Tout le chemin créatif de Malevitch est un puissant désir sonore de briser les limites de la réalité physique. L'intellect abstrait a poussé l'artiste vers une recherche profonde, vers le désir de passer derrière l'écran du visible et du tangible, de pénétrer l'essence des choses …

Fin de la peinture: noir et blanc. Partie 1

Black Square: croire ou savoir? Partie 2

En 1927, Kazimir Malevitch emmène une centaine de ses œuvres à une exposition personnelle à Varsovie, puis à Berlin.

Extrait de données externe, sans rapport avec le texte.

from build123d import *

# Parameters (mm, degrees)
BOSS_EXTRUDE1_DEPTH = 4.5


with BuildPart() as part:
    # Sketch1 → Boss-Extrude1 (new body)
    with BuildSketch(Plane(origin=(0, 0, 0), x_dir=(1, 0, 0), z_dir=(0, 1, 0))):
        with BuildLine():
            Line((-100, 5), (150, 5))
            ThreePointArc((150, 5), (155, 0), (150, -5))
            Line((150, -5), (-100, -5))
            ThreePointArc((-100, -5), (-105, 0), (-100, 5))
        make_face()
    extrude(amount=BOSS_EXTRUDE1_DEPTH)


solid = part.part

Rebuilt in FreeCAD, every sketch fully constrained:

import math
import FreeCAD as App
import Part
import Sketcher

V = App.Vector
Q = App.Units.Quantity

doc = App.newDocument("Part")
params = doc.addObject("Spreadsheet::Sheet", "Params")
for row, (alias, value) in enumerate([
    ("sketch1_radius", "5 mm"),
    ("sketch1_width", "250 mm"),
    ("pad1_length", "4.5 mm"),
], start=1):
    params.set(f"A{row}", alias)
    params.set(f"B{row}", "=" + value)
    params.setAlias(f"B{row}", alias)

body = doc.addObject("PartDesign::Body", "Body")

# Sketch on XZ plane
sketch1 = body.newObject("Sketcher::SketchObject", "Sketch")
sketch1.AttachmentSupport = (doc.getObject("XZ_Plane"), [""])
sketch1.MapMode = "FlatFace"
sketch1.addGeometry(Part.LineSegment(V(150, -5, 0), V(-100, -5, 0)), False)
sketch1.addGeometry(Part.ArcOfCircle(Part.Circle(V(-100, 0, 0), V(0, 0, 1), 5), math.radians(90), math.radians(270)), False)
sketch1.addGeometry(Part.LineSegment(V(-100, 5, 0), V(150, 5, 0)), False)
sketch1.addGeometry(Part.ArcOfCircle(Part.Circle(V(150, 0, 0), V(0, 0, 1), 5), math.radians(-90), math.radians(90)), False)
sketch1.addConstraint(Sketcher.Constraint("Tangent", 0, 2, 1, 2))
sketch1.addConstraint(Sketcher.Constraint("Tangent", 1, 1, 2, 1))
sketch1.addConstraint(Sketcher.Constraint("Tangent", 2, 2, 3, 2))
sketch1.addConstraint(Sketcher.Constraint("Tangent", 3, 1, 0, 1))
sketch1.addConstraint(Sketcher.Constraint("Horizontal", 0))
sketch1.addConstraint(Sketcher.Constraint("Horizontal", 2))
sketch1.addConstraint(Sketcher.Constraint("PointOnObject", 1, 3, -1))
sketch1.addConstraint(Sketcher.Constraint("Radius", 1, Q("5 mm")))
sketch1.addConstraint(Sketcher.Constraint("DistanceX", 0, 2, 0, 1, Q("250 mm")))
sketch1.addConstraint(Sketcher.Constraint("DistanceX", 1, 3, -1, 1, Q("100 mm")))
sketch1.setExpression("Constraints[7]", "Params.sketch1_radius")
sketch1.setExpression("Constraints[8]", "Params.sketch1_width")
pad1 = body.newObject("PartDesign::Pad", "Pad")
pad1.Profile = sketch1
pad1.setExpression("Length", "Params.pad1_length")
pad1.Reversed = True

doc.recompute()
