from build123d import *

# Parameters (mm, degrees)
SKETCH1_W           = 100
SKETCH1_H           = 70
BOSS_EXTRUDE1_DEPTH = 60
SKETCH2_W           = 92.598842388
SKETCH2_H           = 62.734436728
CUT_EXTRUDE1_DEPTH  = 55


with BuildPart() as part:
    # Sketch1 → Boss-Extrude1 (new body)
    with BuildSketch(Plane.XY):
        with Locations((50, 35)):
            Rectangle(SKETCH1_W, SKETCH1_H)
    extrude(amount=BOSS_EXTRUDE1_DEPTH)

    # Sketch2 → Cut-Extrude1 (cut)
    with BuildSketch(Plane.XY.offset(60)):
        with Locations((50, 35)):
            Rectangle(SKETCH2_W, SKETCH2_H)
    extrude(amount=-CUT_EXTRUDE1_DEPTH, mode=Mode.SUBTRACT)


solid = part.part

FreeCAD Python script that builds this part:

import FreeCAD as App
import Part
import Sketcher

V = App.Vector


def add_polygon(sketch, points):
    """Adds a closed chain of lines whose ends are joined by coincident constraints."""
    first, n = sketch.GeometryCount, len(points)
    for a, b in zip(points, points[1:] + points[:1]):
        sketch.addGeometry(Part.LineSegment(App.Vector(*a, 0), App.Vector(*b, 0)), False)
    for i in range(n):
        sketch.addConstraint(Sketcher.Constraint("Coincident", first + i, 2, first + (i + 1) % n, 1))

doc = App.newDocument("Part")
body = doc.addObject("PartDesign::Body", "Body")

sketch1 = body.newObject("Sketcher::SketchObject", "Sketch")
sketch1.AttachmentSupport = (doc.getObject("XY_Plane"), [""])
sketch1.MapMode = "FlatFace"
add_polygon(sketch1, [(0, 70), (0, 0), (100, 0), (100, 70)])
sketch1.addConstraint([
    Sketcher.Constraint("Vertical", 0),
    Sketcher.Constraint("Horizontal", 1),
    Sketcher.Constraint("Vertical", 2),
    Sketcher.Constraint("Horizontal", 3),
    Sketcher.Constraint("Coincident", 0, 2, -1, 1),
    Sketcher.Constraint("DistanceX", 1, 1, 1, 2, 100.0),
    Sketcher.Constraint("DistanceY", 0, 2, 0, 1, 70.0),
])
pad1 = body.newObject("PartDesign::Pad", "Pad")
pad1.Profile = sketch1
pad1.Length = 60

sketch2 = body.newObject("Sketcher::SketchObject", "Sketch001")
sketch2.AttachmentSupport = (doc.getObject("XY_Plane"), [""])
sketch2.MapMode = "FlatFace"
sketch2.AttachmentOffset = App.Placement(V(0, 0, 60), App.Rotation())
add_polygon(sketch2, [(3.700579, 66.367218), (3.700579, 3.632782), (96.299421, 3.632782), (96.299421, 66.367218)])
sketch2.addConstraint([
    Sketcher.Constraint("Vertical", 0),
    Sketcher.Constraint("Horizontal", 1),
    Sketcher.Constraint("Vertical", 2),
    Sketcher.Constraint("Horizontal", 3),
    Sketcher.Constraint("DistanceX", 1, 1, 1, 2, 92.598842),
    Sketcher.Constraint("DistanceY", 0, 2, 0, 1, 62.734437),
    Sketcher.Constraint("DistanceX", -1, 1, 0, 2, 3.700579),
    Sketcher.Constraint("DistanceY", -1, 1, 0, 2, 3.632782),
])
pocket1 = body.newObject("PartDesign::Pocket", "Pocket")
pocket1.Profile = sketch2
pocket1.Length = 55

doc.recompute()
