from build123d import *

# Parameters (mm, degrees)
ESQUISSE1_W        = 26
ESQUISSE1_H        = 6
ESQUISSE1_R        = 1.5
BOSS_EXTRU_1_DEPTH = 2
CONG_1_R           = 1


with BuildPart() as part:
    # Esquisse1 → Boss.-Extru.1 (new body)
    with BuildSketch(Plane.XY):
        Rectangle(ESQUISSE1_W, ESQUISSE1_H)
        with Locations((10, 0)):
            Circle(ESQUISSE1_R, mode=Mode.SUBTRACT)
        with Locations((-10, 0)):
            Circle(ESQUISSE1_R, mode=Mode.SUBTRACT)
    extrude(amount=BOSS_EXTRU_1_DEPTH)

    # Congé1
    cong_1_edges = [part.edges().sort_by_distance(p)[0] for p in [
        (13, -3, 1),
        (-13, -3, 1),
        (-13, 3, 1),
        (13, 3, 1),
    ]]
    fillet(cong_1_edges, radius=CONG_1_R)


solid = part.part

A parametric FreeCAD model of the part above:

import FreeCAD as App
import Part
import Sketcher
from FreeCAD import Vector


def edges_at(feature, points):
    """Names of the edges that pass closest to the given points."""
    edges = feature.Shape.Edges
    near = lambda p: min(range(len(edges)), key=lambda i: edges[i].distToShape(Part.Vertex(*p))[0])
    return sorted({f"Edge{near(p) + 1}" for p in points})

doc = App.newDocument("Part")
params = doc.addObject("Spreadsheet::Sheet", "Params")
for row, (alias, value) in enumerate([
    ("sketch1_diameter", "3 mm"),
    ("sketch1_width", "26 mm"),
    ("sketch1_height", "6 mm"),
    ("pad1_length", "2 mm"),
    ("fillet_radius", "1 mm"),
], start=1):
    params.set(f"A{row}", alias)
    params.set(f"B{row}", "=" + value)
    params.setAlias(f"B{row}", alias)

body = doc.addObject("PartDesign::Body", "Body")

# Sketch on XY plane
sketch1 = body.newObject("Sketcher::SketchObject", "Sketch")
sketch1.AttachmentSupport = (doc.getObject("XY_Plane"), [""])
sketch1.MapMode = "FlatFace"
sketch1.addGeometry(Part.LineSegment(Vector(-13, 3, 0), Vector(-13, -3, 0)), False)
sketch1.addGeometry(Part.LineSegment(Vector(-13, -3, 0), Vector(13, -3, 0)), False)
sketch1.addGeometry(Part.LineSegment(Vector(13, -3, 0), Vector(13, 3, 0)), False)
sketch1.addGeometry(Part.LineSegment(Vector(13, 3, 0), Vector(-13, 3, 0)), False)
sketch1.addGeometry(Part.Circle(Vector(-10, 0, 0), Vector(0, 0, 1), 1.5), False)
sketch1.addGeometry(Part.Circle(Vector(10, 0, 0), Vector(0, 0, 1), 1.5), False)
sketch1.addConstraint(Sketcher.Constraint("Coincident", 0, 2, 1, 1))
sketch1.addConstraint(Sketcher.Constraint("Coincident", 1, 2, 2, 1))
sketch1.addConstraint(Sketcher.Constraint("Coincident", 2, 2, 3, 1))
sketch1.addConstraint(Sketcher.Constraint("Coincident", 3, 2, 0, 1))
sketch1.addConstraint(Sketcher.Constraint("Vertical", 0))
sketch1.addConstraint(Sketcher.Constraint("Horizontal", 1))
sketch1.addConstraint(Sketcher.Constraint("Vertical", 2))
sketch1.addConstraint(Sketcher.Constraint("Horizontal", 3))
sketch1.addConstraint(Sketcher.Constraint("Equal", 4, 5))
sketch1.addConstraint(Sketcher.Constraint("Symmetric", 4, 3, 5, 3, -1, 1))
sketch1.addConstraint(Sketcher.Constraint("Symmetric", 0, 2, 2, 2, -1, 1))
sketch1.addConstraint(Sketcher.Constraint("PointOnObject", 4, 3, -1))
sketch1.addConstraint(Sketcher.Constraint("Diameter", 4, 3.0))
sketch1.addConstraint(Sketcher.Constraint("DistanceX", 1, 1, 1, 2, 26.0))
sketch1.addConstraint(Sketcher.Constraint("DistanceY", 0, 2, 0, 1, 6.0))
sketch1.addConstraint(Sketcher.Constraint("DistanceX", 4, 3, -1, 1, 10.0))
sketch1.setExpression("Constraints[12]", "Params.sketch1_diameter")
sketch1.setExpression("Constraints[13]", "Params.sketch1_width")
sketch1.setExpression("Constraints[14]", "Params.sketch1_height")
pad1 = body.newObject("PartDesign::Pad", "Pad")
pad1.Profile = sketch1
pad1.setExpression("Length", "Params.pad1_length")
doc.recompute()

fillet = body.newObject("PartDesign::Fillet", "Fillet")
fillet.Base = (pad1, edges_at(pad1, [
    (13, -3, 1),
    (-13, -3, 1),
    (-13, 3, 1),
    (13, 3, 1),
]))
fillet.setExpression("Radius", "Params.fillet_radius")

doc.recompute()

Soudain, l'artiste a été rappelé en URSS. Les œuvres laissées à Berlin, il ne pouvait pas les reprendre, car il était contraint de voyager à l'étranger. Cependant, il les répéta lui-même bientôt. Il existe donc au moins quatre versions du carré noir.

Avant la photo signifiait toujours l'original. Cependant, Kazimir Malevich, en écrivant «Black Square», a aboli l'unicité en tant que qualité intégrale d'une œuvre d'art.

Et c'était du jamais vu. L'image reproduite est un autre paradoxe, une autre invention du génie sonore de Malevitch. Une autre de ses prophéties.

Écoutez le futur. Peinture - en circulation

Aujourd'hui, nous ne sommes pas du tout surpris par l'opportunité de photographier n'importe quelle œuvre d'art sur un téléphone mobile, de l'envoyer à l'autre bout du monde en une seconde et de l'imprimer sans pratiquement aucune perte de qualité. Au début du 20e siècle, personne ne pensait même que les moyens techniques de reproduction et plus tard les technologies numériques pour créer des images reproduisant à l'infini des œuvres d'art aboliraient leur caractère unique.

Traditionnellement, une rencontre avec une œuvre d'art était une expérience sacrée particulière pour le spectateur. Regarder un tableau signifiait voir son original de mes propres yeux. La reproduction technique du tableau a été extrêmement difficile. Faire des copies à la main n'exigeait pas moins d'habileté que l'auteur et était impossible en grande quantité. La photographie et les moyens de reproduction technique commençaient à peine à émerger.

La nature du trait, les caractéristiques de l'élaboration de la surface peinte, les nuances coloristiques inhérentes à tel ou tel artiste, ont créé une aura particulière de l'œuvre d'art.

Notre attitude face à une peinture traditionnelle ressemble toujours à notre attitude à l'égard d'une icône ou d'un autre sujet d'un culte religieux: nous la percevons sans critique, car elle a un statut sacré.

Black Square de Malevitch était une œuvre d'un nouveau format, presque dénuée d'unicité. L'œuvre, perdant son aura d'authenticité, perd également son statut sacré - une sorte d'attitude particulière du spectateur à son égard, la révérence, la révérence.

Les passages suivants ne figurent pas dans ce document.